ACTIVITY: Of all the lines below, output only those starting at the one with "Circle(F2_R_2, mode=Mode.SUBTRACT)" and ending at the one with "A parametric FreeCAD", both ends included, exactly as written.

--------

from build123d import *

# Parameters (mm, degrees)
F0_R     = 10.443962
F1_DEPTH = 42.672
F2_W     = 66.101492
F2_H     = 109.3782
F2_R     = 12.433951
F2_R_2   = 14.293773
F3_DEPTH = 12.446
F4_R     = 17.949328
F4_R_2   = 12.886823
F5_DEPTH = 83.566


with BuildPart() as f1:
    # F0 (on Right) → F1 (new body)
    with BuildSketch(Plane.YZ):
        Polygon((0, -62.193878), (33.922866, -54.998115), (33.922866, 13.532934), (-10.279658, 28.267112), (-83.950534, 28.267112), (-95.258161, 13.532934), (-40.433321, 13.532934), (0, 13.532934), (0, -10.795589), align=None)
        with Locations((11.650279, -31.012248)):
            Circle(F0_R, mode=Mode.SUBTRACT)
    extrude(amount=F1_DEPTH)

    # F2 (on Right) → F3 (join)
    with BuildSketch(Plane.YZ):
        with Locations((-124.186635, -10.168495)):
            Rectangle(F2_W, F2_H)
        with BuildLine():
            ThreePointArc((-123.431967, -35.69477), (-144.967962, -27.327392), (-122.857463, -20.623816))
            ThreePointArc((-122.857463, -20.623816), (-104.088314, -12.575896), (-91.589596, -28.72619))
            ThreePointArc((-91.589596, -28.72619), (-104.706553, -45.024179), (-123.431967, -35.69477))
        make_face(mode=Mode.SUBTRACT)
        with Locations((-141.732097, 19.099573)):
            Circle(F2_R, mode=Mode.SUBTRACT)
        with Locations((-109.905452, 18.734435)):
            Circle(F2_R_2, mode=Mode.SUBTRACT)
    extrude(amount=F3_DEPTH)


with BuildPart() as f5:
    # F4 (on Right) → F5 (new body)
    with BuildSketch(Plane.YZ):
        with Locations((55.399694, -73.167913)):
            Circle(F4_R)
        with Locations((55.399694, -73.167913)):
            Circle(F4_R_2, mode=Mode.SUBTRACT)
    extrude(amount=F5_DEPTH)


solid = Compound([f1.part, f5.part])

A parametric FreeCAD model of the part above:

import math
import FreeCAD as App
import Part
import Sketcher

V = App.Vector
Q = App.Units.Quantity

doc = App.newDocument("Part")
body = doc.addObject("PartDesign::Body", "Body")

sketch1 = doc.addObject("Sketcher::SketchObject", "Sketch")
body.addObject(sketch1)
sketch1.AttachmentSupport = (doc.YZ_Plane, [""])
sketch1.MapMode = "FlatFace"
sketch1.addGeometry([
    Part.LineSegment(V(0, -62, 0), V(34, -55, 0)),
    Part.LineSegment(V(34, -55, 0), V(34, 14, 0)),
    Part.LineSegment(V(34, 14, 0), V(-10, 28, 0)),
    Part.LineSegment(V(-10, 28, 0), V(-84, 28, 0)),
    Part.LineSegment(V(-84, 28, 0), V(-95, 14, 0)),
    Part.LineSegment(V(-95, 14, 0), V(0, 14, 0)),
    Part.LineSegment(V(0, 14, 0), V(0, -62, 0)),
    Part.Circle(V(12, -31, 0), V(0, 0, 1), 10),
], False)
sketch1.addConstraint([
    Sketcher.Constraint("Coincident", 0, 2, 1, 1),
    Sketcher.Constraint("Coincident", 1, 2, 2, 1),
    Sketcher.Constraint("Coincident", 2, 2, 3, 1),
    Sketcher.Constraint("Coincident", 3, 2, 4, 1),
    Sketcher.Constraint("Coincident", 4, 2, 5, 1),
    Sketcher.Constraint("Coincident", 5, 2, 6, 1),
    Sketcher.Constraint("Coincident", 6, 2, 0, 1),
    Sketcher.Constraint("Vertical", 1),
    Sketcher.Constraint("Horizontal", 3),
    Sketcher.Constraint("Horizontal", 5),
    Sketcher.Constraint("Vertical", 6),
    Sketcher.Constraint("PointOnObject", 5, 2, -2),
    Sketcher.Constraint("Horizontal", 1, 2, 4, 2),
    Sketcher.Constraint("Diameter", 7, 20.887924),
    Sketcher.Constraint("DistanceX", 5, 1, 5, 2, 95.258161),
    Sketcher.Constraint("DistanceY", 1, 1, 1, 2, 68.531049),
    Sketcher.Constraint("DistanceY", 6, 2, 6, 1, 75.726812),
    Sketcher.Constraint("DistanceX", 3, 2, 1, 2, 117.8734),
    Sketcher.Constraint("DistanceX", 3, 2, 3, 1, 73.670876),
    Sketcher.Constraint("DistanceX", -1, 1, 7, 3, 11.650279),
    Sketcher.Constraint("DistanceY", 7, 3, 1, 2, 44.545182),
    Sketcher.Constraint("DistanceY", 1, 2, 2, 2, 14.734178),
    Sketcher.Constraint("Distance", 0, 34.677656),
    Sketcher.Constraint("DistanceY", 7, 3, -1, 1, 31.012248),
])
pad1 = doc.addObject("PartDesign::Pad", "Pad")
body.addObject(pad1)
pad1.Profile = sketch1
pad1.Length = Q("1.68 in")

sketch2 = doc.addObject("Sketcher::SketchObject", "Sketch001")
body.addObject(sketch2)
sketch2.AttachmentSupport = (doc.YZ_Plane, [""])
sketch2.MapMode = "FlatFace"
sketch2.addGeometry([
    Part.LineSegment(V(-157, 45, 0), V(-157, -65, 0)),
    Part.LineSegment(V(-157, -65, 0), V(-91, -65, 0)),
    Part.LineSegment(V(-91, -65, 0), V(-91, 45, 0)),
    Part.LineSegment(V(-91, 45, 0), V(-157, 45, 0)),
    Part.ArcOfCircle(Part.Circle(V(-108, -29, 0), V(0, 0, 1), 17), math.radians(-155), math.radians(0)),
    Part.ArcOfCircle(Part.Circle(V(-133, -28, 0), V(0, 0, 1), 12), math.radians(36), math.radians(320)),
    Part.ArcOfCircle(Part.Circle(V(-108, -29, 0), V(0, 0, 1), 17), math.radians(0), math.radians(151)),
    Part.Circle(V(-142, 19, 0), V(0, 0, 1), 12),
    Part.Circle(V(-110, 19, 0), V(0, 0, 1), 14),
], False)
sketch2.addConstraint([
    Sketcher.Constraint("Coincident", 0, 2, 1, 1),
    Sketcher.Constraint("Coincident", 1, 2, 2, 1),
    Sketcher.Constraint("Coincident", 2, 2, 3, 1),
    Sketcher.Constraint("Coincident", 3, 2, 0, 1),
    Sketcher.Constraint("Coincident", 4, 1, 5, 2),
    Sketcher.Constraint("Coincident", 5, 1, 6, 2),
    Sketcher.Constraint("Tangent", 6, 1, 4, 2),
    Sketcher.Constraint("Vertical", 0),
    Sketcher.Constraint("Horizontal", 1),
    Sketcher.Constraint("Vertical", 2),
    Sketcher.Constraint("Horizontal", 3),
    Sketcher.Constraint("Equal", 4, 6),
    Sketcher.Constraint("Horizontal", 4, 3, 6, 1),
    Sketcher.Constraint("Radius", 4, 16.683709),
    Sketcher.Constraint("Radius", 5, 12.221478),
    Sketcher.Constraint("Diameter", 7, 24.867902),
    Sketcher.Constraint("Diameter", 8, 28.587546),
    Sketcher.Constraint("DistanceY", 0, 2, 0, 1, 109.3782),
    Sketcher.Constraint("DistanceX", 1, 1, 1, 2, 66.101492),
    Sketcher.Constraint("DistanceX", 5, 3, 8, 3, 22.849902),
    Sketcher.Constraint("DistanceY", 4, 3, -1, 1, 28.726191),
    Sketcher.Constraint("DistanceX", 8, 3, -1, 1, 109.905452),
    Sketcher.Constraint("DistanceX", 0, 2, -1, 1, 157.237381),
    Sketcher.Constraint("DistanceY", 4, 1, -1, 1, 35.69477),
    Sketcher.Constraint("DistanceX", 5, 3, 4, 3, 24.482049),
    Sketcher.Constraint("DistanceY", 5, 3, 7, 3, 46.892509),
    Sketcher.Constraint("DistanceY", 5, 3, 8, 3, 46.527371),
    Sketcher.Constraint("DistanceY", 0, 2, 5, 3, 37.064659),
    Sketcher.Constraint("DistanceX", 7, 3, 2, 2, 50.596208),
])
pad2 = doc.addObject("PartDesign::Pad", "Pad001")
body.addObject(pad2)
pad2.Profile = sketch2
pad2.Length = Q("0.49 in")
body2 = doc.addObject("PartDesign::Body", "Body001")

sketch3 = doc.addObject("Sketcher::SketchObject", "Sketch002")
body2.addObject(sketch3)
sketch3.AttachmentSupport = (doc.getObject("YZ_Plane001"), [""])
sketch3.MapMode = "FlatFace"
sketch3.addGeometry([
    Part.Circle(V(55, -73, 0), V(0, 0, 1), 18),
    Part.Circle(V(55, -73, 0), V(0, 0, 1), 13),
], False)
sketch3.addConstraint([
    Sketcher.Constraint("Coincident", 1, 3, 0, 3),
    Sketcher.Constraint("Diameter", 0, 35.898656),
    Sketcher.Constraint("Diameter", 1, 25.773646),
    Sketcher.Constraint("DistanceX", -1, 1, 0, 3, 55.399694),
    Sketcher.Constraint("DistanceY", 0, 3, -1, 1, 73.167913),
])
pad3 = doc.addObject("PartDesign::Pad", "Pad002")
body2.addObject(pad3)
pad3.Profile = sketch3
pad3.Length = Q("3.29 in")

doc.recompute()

--------

SOLVED EXERCISE:
            Circle(F2_R_2, mode=Mode.SUBTRACT)
    extrude(amount=F3_DEPTH)


with BuildPart() as f5:
    # F4 (on Right) → F5 (new body)
    with BuildSketch(Plane.YZ):
        with Locations((55.399694, -73.167913)):
            Circle(F4_R)
        with Locations((55.399694, -73.167913)):
            Circle(F4_R_2, mode=Mode.SUBTRACT)
    extrude(amount=F5_DEPTH)


solid = Compound([f1.part, f5.part])

A parametric FreeCAD model of the part above:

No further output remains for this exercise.